Yohei Kotsuji's "A Foggy Paradise," which premiered at Japan's biggest film festival, is an enigmatic feature exploring the complex theme of life's ambiguity.



Childhood friends Kurage and Ame, played by Masatoshi Lee and Haru Naito, respectively. (©AIMAINARAKUEN FILM COMMITTEE)

A Foggy Paradise was one of three Japanese entries selected for the prestigious Competition section of the 2023 Tokyo International Film Festival. This year, only 15 films out of 1,942 submissions worldwide made the cut. It marks a huge step for director Yohei Kotsuji, who says his "hands shook" when he learned that his first-ever feature film had earned this honor.

As an independent filmmaker, Kotsuji had to rely on his personal funds and a grant from the Japanese Agency for Cultural Affairs. On top of that, he needed to balance filmmaking with his job as a special needs teacher. "I reached my limit many times, both physically and mentally," Kotsuji says.

Yohei Kotsuji, who made his feature directorial debut with "A Foggy Paradise"(©JAPAN Forward by Shaun Fernando)

Matters of Life and Death

A Foggy Paradise explores the themes of life and death through two unrelated narratives. In one, a man named Tatsuya (Yuya Okutsu) lives with his mother (Yasumi Yajima) who has mobility issues. He grapples with a monotonous job and feels increasingly suffocated by his mother who is at once doting and dismissive.

Tatsuya and his mother (©AIMAINARAKUEN FILM COMMITTEE)

The other narrative focuses on two young adults, Kurage (Masatoshi Lee) and his childhood friend Ame (Haru Naito). Kurage confronts the reality of death as he cares for an elderly man in a vegetative state. The three eventually embark on a journey after Ame notices an old photograph of a lake in the man's room.

During a post-screening Q&A session, an audience member inevitably asked why the two storylines never intersect. Kotsuji responded, "Life is incongruent and unknowable, and in that regard, Kurage's story is about life and Tatsuya's is about death."

Childhood friends Kurage and Ame. (©AIMAINARAKUEN FILM COMMITTEE)
Kurage takes care of a bedridden man. (©AIMAINARAKUEN FILM COMMITTEE)


It should be noted that the film's title 曖昧な楽園 directly translates to "an ambiguous paradise." This is key as the concept of ambiguity plays an important role in the film's storytelling.

During a scene on an apartment rooftop, Kurage says, "Sometimes I don't feel like I'm living or dead." But his words are more like a passing remark than the unloading of a burden. Ame's response is equally nonchalant: "Isn't everybody like that?"

The film avoids defining life and death as either good or bad. Therefore, it is neither a lamentation of death nor a celebration of life.

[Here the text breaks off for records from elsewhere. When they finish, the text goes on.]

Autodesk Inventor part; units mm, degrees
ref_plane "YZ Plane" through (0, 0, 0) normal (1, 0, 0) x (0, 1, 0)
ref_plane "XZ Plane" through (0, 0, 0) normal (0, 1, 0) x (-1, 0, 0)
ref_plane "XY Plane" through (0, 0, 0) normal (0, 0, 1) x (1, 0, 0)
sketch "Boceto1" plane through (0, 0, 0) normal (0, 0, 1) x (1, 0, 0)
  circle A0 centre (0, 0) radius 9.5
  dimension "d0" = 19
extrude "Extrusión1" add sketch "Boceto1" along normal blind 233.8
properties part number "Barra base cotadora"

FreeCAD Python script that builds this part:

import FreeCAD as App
import Part
import Sketcher
Q = App.Units.Quantity

doc = App.newDocument("Part")
body = doc.addObject("PartDesign::Body", "Body")

sketch1 = body.newObject("Sketcher::SketchObject", "Sketch")
sketch1.AttachmentSupport = (doc.getObject("XY_Plane"), [""])
sketch1.MapMode = "FlatFace"
sketch1.addGeometry(Part.Circle(App.Vector(0, 0, 0), App.Vector(0, 0, 1), 10), False)
sketch1.addConstraint([
    Sketcher.Constraint("Coincident", 0, 3, -1, 1),
    Sketcher.Constraint("Diameter", 0, Q("19 mm")),
])
pad1 = body.newObject("PartDesign::Pad", "Pad")
pad1.Profile = sketch1
pad1.Length = 233.8

doc.recompute()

It instead offers a quiet compassion to all those who, like the characters, are on a vague quest for answers.

Kurage and Ame on the rooftop of an apartment building. (©AIMAINARAKUEN FILM COMMITTEE)

Slow Cinema

The exact nature of the characters' burdens and conflicts also remains implicit, with only occasional hints provided throughout the script. Their inner lives are primarily conveyed through observational shots, stillness, and silence, in line with the slow cinema style. In fact, there's only one emotionally charged scene in the film — and it's absolutely arresting.

The director leaves ample space for the audience to formulate their own interpretations of both the narrative and the characters' inner lives. Kotsuji articulated this by saying, "Instead of imposing a narrative or plot, I encourage the audience to come up with their own interpretations. I want to 'co-create' the story with the audience."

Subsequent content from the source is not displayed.